Whenever we think of a GUI or a mouse-sensitive application, menus, dialog boxes and buttons spring to mind. Managing GUI widgets (menus, dialog boxes, etc.) is always difficult and runs into many lines of code, especially those weird switch-case statements. With gpm and curses I tried to create a simple menu; it is shown in Listing 2.

Listing 2. Creating a Menu that Highlights with the Mouse Pointer

Listing 2 creates a menu, and whenever the mouse passes over one option it gets highlighted. When the mouse is clicked on one choice, the choice is reported. This example illustrates the concept of "faking the keys". Generally the mouse is considered to be a shortcut or an easy way of handling the difficult task of remembering key combinations. In the handler we can return values that may or may not be equivalent to key codes, so that we can use the same switch case statement to perform functions. As an example, say a user has clicked on a menu item equivalent to the F1 key, then we can return KEY_F1. We can use a single switch statement in the main loop to do the appropriate work. Though this is not a requirement it does simplify coding and debugging. I often attach mouse support to an existing curses application by using this feature. Dialog is a good example of how we can put this to use though exact values are not returned in this case.

The return value from the handler is interpreted as follows by the Gpm_Getc() family of functions.

  • EOF: Signals a fatal error and returns the same value to the caller and sets gpm_hflag to 1.

  • 0: A zero return value means that the input function should go on as before, without returning to the caller. The event is considered eaten by the handler and no key-press is simulated.

  • Anything Else: Considered a simulated character, this feature can be used to implement the fake keys mechanism. It also sets the global variable gpm_hflag to indicate that the key press is simulated; that is why we tested this flag against 1.

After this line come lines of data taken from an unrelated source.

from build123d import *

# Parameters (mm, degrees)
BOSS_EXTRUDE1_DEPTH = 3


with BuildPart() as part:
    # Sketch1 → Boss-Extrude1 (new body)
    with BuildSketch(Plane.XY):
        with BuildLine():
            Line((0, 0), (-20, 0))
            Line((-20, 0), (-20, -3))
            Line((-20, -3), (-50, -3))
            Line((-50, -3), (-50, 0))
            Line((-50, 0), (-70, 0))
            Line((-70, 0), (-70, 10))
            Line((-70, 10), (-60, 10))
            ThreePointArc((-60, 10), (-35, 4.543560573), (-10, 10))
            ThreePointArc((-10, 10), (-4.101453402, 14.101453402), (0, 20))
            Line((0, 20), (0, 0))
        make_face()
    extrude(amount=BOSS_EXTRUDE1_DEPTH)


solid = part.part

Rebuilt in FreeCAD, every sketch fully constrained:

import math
import FreeCAD as App
import Part
import Sketcher

doc = App.newDocument("Part")
body = doc.addObject("PartDesign::Body", "Body")

# Sketch on XY plane
sketch1 = doc.addObject("Sketcher::SketchObject", "Sketch")
body.addObject(sketch1)
sketch1.AttachmentSupport = (doc.XY_Plane, [""])
sketch1.MapMode = "FlatFace"
sketch1.addGeometry([
    Part.LineSegment(App.Vector(-20, 0, 0), App.Vector(0, 0, 0)),  # 0
    Part.LineSegment(App.Vector(0, 0, 0), App.Vector(0, 20, 0)),  # 1
    Part.ArcOfCircle(Part.Circle(App.Vector(-18.462081, 28.462081, 0), App.Vector(0, 0, 1), 20.308994), math.radians(-65.375682), math.radians(-24.624318)),  # 2
    Part.ArcOfCircle(Part.Circle(App.Vector(-35, 64.543561, 0), App.Vector(0, 0, 1), 60), math.radians(-114.624318), math.radians(-65.375682)),  # 3
    Part.LineSegment(App.Vector(-60, 10, 0), App.Vector(-70, 10, 0)),  # 4
    Part.LineSegment(App.Vector(-70, 10, 0), App.Vector(-70, 0, 0)),  # 5
    Part.LineSegment(App.Vector(-70, 0, 0), App.Vector(-50, 0, 0)),  # 6
    Part.LineSegment(App.Vector(-50, 0, 0), App.Vector(-50, -3, 0)),  # 7
    Part.LineSegment(App.Vector(-50, -3, 0), App.Vector(-20, -3, 0)),  # 8
    Part.LineSegment(App.Vector(-20, -3, 0), App.Vector(-20, 0, 0)),  # 9
], False)
sketch1.addConstraint([
    Sketcher.Constraint("Coincident", 0, 2, 1, 1),
    Sketcher.Constraint("Coincident", 1, 2, 2, 2),
    Sketcher.Constraint("Tangent", 2, 1, 3, 2),
    Sketcher.Constraint("Coincident", 3, 1, 4, 1),
    Sketcher.Constraint("Coincident", 4, 2, 5, 1),
    Sketcher.Constraint("Coincident", 5, 2, 6, 1),
    Sketcher.Constraint("Coincident", 6, 2, 7, 1),
    Sketcher.Constraint("Coincident", 7, 2, 8, 1),
    Sketcher.Constraint("Coincident", 8, 2, 9, 1),
    Sketcher.Constraint("Coincident", 9, 2, 0, 1),
    Sketcher.Constraint("Horizontal", 0),
    Sketcher.Constraint("Vertical", 1),
    Sketcher.Constraint("Horizontal", 4),
    Sketcher.Constraint("Vertical", 5),
    Sketcher.Constraint("Horizontal", 6),
    Sketcher.Constraint("Vertical", 7),
    Sketcher.Constraint("Horizontal", 8),
    Sketcher.Constraint("Vertical", 9),
    Sketcher.Constraint("Coincident", 0, 2, -1, 1),
    Sketcher.Constraint("PointOnObject", 5, 2, -1),
    Sketcher.Constraint("Horizontal", 2, 1, 3, 1),
    Sketcher.Constraint("Equal", 0, 6),
    Sketcher.Constraint("Equal", 6, 1),
    Sketcher.Constraint("Equal", 4, 5),
    Sketcher.Constraint("Radius", 3, 60.0),
    Sketcher.Constraint("DistanceX", 0, 1, 0, 2, 20.0),
    Sketcher.Constraint("DistanceX", 4, 2, 4, 1, 10.0),
    Sketcher.Constraint("DistanceX", 8, 1, 8, 2, 30.0),
    Sketcher.Constraint("DistanceY", 7, 2, 7, 1, 3.0),
    Sketcher.Constraint("DistanceX", 3, 3, -1, 1, 35.0),
])
pad1 = doc.addObject("PartDesign::Pad", "Pad")
body.addObject(pad1)
pad1.Profile = sketch1
pad1.Length = 3

doc.recompute()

When programming like this, we can return the same key code that a keyboard generates, or we can pack it into a value so that the main loop knows the mouse is generating this event. I used the second approach in the above example. Personally, I prefer using the first approach when I want to add functionality to an existing curses application with a lot of manipulation through keys. But the second approach gives more freedom (and sometimes it gives bizarre results too).

High Level Library

As the complexity of the programs and the GUI increases, it becomes difficult to handle different regions and complex widgets. The GPM high level library tries to address this problem. Functions are available to manage regions cleanly and easily. Let's see them in action in Listing 3.

Listing 3. Sample High Level Library

Listing 3 illustrates the main concepts of the high level library. In this example, four windows are created and mouse regions are also initialized. When the user does something in the region, the event is reported in the window. The high level library uses the concept of ROIs (Region of Interest). We tell the library the region we are interested in, and the library informs us when an event occurs in the region. The function Gpm_PushRoi() does this. We can arrange for the handler to be called when some event happens in the region and we can specify the usual mask of events in which we are interested.

In the example in Listing 3, I used a single handler. By making use of the client data, I kept track of the window in which I was working. When we initialize the ROI with Gpm_PushRoi(), the last parameter to the function is the client data which will be passed later to the handler. So we can store useful information in the client data and then use it in the handler.

In the above example I passed the window information required to the handler so that it could prints the messages in the correct window. This simplifies programming and makes management of regions easy. The events GPM_ENTER and GPM_LEAVE tell us when the mouse is coming into or going out of the region. These can be used to do pre-processing or post-processing for the region.

Say we have written a menu and want it to be displayed only when the user passes over a region and then disappear when the user leaves the region. The function Gpm_PopRoi() removes the Roi on the top of the stack. This function can be called when we are no longer interested in the region. The functions Gpm_RaiseRoi() and Gpm_LowerRoi() raise and lower the specified roi in the stack. These functions are useful when we want to keep track of which roi is on top of the stack. Whenever the mouse generates an event in a region it will be reported, even though it is not on top of stack. So these functions are useful when we want to do something special only with the Roi on the top of the stack or with a specific roi. The hltest program that comes with the gpm code uses this concept to make the window on the top of the stack active and handle events related to that window only.

Global Variables

Let's look at some global variables that are essential in any program using gpm libraries. I have used some of them in the above examples, so let me explain some important ones here. The explanations also contain tricks to make some programs work.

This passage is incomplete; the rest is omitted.